● **Instructions for the task**
Whenever a line in the entries includes the word "CONE", copy that line out.

*** Begin section ***

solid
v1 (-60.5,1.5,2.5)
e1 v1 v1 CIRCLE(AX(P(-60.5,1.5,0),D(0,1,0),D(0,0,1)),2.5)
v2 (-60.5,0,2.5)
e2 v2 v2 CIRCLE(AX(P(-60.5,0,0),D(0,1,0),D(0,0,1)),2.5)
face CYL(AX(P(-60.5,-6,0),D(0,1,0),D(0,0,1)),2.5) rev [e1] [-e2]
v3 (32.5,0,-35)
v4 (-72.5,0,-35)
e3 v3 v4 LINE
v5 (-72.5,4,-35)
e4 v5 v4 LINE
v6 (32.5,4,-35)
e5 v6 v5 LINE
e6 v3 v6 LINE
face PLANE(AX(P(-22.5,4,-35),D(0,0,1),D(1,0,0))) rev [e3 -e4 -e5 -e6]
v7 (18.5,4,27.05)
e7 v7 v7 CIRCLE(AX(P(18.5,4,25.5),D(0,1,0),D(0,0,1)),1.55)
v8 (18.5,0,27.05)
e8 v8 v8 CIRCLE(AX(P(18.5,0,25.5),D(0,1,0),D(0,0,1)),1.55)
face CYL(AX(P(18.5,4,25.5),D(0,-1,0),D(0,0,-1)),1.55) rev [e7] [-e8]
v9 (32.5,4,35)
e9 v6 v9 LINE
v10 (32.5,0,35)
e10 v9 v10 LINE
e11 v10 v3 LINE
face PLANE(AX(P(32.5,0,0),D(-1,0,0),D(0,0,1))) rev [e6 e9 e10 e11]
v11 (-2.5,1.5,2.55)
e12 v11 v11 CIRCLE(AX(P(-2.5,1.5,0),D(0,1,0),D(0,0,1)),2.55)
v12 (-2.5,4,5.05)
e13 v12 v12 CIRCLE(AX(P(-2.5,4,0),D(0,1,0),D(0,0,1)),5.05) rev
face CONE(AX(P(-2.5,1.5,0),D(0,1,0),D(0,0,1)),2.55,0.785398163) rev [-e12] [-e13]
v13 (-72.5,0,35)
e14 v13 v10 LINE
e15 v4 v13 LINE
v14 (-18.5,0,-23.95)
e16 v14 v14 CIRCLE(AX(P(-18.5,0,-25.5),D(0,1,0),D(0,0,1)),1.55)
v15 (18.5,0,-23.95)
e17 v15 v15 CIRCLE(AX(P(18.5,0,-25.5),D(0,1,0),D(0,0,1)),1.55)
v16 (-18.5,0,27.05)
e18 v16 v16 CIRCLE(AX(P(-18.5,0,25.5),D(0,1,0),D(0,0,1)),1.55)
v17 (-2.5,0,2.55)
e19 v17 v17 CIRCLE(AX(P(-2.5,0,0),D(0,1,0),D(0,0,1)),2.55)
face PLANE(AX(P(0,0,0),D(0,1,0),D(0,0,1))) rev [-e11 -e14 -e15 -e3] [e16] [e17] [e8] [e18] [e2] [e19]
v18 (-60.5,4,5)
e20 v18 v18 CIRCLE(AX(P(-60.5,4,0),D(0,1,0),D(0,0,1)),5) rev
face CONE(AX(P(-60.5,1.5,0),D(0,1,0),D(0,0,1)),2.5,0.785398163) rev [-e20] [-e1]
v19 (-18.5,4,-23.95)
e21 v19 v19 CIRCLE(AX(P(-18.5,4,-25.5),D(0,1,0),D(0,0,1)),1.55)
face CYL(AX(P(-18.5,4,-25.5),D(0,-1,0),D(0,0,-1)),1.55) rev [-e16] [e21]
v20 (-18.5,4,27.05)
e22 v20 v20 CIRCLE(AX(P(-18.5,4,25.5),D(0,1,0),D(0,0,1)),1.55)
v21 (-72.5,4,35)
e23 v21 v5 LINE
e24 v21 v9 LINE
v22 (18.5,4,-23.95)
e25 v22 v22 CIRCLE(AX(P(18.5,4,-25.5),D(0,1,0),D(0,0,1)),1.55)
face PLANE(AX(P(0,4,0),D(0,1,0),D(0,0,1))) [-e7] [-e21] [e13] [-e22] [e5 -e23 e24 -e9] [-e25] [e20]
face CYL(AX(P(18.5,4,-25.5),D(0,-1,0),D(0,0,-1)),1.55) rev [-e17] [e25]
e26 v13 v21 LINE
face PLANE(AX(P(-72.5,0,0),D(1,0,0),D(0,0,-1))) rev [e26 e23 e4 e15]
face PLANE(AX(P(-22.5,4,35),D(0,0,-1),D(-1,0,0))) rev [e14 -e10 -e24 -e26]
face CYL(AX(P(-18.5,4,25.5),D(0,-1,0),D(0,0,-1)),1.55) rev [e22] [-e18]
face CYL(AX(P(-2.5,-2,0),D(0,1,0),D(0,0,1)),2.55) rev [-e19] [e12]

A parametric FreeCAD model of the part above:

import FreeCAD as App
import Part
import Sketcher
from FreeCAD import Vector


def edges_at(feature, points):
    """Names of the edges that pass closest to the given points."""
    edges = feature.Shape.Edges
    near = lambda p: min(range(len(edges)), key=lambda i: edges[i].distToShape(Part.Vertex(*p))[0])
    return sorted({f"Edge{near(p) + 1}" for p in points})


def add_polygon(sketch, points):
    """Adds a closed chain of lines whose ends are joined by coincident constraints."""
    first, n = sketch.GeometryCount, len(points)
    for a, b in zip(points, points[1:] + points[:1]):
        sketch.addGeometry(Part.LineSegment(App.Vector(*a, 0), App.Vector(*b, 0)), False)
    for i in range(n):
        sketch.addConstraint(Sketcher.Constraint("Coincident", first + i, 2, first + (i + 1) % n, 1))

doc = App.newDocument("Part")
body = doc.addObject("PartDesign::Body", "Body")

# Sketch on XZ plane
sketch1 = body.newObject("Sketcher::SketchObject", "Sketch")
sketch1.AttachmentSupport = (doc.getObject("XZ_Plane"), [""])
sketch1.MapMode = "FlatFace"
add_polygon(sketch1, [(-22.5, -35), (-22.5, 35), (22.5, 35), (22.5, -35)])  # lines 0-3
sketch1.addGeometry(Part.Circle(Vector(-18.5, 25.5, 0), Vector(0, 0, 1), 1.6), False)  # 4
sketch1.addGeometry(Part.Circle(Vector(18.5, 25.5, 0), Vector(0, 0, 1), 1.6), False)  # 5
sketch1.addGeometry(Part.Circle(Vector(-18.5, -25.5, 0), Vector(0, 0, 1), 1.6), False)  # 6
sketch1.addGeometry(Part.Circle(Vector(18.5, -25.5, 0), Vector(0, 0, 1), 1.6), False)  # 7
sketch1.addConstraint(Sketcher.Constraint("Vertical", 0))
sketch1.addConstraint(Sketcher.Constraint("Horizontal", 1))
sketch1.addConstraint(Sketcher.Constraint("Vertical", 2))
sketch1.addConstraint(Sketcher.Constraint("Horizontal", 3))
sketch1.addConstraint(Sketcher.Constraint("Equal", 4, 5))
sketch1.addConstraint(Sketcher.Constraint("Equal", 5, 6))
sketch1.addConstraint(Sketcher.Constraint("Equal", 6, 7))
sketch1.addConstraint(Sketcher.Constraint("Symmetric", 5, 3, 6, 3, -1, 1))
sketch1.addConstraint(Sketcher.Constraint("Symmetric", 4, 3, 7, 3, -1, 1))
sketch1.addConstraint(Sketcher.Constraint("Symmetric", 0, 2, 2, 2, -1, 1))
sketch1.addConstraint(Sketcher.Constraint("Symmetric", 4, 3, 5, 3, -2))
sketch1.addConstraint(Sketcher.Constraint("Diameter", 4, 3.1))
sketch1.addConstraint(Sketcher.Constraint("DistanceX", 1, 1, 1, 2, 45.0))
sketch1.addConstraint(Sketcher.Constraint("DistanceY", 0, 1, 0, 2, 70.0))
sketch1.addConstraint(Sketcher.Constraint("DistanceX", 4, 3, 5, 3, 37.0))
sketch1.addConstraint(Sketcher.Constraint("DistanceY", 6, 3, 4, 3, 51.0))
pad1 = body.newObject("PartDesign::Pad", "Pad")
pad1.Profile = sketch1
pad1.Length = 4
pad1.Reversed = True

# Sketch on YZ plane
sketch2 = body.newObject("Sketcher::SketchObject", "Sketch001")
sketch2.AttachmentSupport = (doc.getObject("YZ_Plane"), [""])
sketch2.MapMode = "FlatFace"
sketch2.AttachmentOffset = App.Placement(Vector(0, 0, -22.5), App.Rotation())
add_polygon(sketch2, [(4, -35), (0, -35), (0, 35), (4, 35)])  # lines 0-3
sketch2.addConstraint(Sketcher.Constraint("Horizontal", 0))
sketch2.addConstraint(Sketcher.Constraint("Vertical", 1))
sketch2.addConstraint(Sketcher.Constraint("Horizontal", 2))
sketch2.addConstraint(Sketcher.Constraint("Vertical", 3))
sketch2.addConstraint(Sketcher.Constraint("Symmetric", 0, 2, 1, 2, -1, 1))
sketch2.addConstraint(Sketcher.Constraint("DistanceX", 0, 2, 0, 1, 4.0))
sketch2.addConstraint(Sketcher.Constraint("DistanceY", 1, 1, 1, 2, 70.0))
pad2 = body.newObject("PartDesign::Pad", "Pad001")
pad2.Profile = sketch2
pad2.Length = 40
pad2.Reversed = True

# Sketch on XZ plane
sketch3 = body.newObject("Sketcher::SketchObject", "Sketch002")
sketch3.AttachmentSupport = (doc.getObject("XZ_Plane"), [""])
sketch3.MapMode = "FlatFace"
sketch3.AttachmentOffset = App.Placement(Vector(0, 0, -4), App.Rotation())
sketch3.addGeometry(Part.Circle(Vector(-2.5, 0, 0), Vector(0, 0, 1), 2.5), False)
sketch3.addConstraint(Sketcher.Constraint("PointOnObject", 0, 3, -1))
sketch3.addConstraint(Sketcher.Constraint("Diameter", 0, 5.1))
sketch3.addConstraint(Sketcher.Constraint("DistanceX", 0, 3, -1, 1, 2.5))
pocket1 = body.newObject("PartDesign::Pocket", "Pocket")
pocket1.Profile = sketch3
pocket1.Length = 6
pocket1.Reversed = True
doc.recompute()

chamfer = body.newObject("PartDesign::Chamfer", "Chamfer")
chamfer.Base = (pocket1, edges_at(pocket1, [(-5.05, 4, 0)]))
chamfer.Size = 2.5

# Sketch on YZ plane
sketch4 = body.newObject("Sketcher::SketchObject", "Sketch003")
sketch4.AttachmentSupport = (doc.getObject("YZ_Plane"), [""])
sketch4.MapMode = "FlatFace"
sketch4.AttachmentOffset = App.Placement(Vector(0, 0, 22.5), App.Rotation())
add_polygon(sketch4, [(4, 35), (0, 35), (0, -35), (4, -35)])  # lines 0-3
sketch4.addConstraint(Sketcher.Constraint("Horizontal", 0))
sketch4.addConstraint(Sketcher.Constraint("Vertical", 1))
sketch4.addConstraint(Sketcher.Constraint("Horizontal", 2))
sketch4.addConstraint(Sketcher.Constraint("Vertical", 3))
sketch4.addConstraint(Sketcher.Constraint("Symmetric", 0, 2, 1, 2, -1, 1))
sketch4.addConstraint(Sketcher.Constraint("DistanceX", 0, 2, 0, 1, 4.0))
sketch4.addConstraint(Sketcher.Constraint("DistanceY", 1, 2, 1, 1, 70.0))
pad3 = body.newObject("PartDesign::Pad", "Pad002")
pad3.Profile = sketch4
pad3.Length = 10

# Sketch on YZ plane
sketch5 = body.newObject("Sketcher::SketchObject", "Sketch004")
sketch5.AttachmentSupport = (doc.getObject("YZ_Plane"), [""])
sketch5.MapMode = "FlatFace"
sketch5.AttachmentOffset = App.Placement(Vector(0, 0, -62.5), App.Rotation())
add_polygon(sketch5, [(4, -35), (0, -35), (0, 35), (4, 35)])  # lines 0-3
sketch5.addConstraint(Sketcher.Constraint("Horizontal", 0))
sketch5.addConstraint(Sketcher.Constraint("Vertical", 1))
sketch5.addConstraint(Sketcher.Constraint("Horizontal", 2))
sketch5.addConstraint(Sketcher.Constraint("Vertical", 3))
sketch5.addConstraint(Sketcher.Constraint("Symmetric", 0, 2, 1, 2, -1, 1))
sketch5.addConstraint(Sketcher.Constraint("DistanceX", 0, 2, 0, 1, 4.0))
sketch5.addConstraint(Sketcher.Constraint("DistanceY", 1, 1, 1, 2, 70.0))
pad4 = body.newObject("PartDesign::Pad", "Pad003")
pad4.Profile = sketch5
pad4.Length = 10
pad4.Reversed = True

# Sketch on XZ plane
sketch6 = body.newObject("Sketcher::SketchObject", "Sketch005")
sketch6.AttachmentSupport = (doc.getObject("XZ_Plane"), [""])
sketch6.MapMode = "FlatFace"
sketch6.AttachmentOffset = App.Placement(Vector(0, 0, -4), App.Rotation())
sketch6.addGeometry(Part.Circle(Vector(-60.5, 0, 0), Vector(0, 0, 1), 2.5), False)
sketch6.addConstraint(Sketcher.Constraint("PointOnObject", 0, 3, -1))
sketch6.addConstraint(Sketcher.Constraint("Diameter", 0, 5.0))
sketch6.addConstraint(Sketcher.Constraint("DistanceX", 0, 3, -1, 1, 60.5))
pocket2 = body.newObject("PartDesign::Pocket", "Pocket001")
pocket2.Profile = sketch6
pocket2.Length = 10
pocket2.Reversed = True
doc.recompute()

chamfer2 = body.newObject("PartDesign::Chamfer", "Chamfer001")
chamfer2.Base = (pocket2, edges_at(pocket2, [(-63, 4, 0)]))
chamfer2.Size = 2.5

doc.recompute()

*** End section ***

● **Exercise response**
face CONE(AX(P(-2.5,1.5,0),D(0,1,0),D(0,0,1)),2.55,0.785398163) rev [-e12] [-e13]
face CONE(AX(P(-60.5,1.5,0),D(0,1,0),D(0,0,1)),2.5,0.785398163) rev [-e20] [-e1]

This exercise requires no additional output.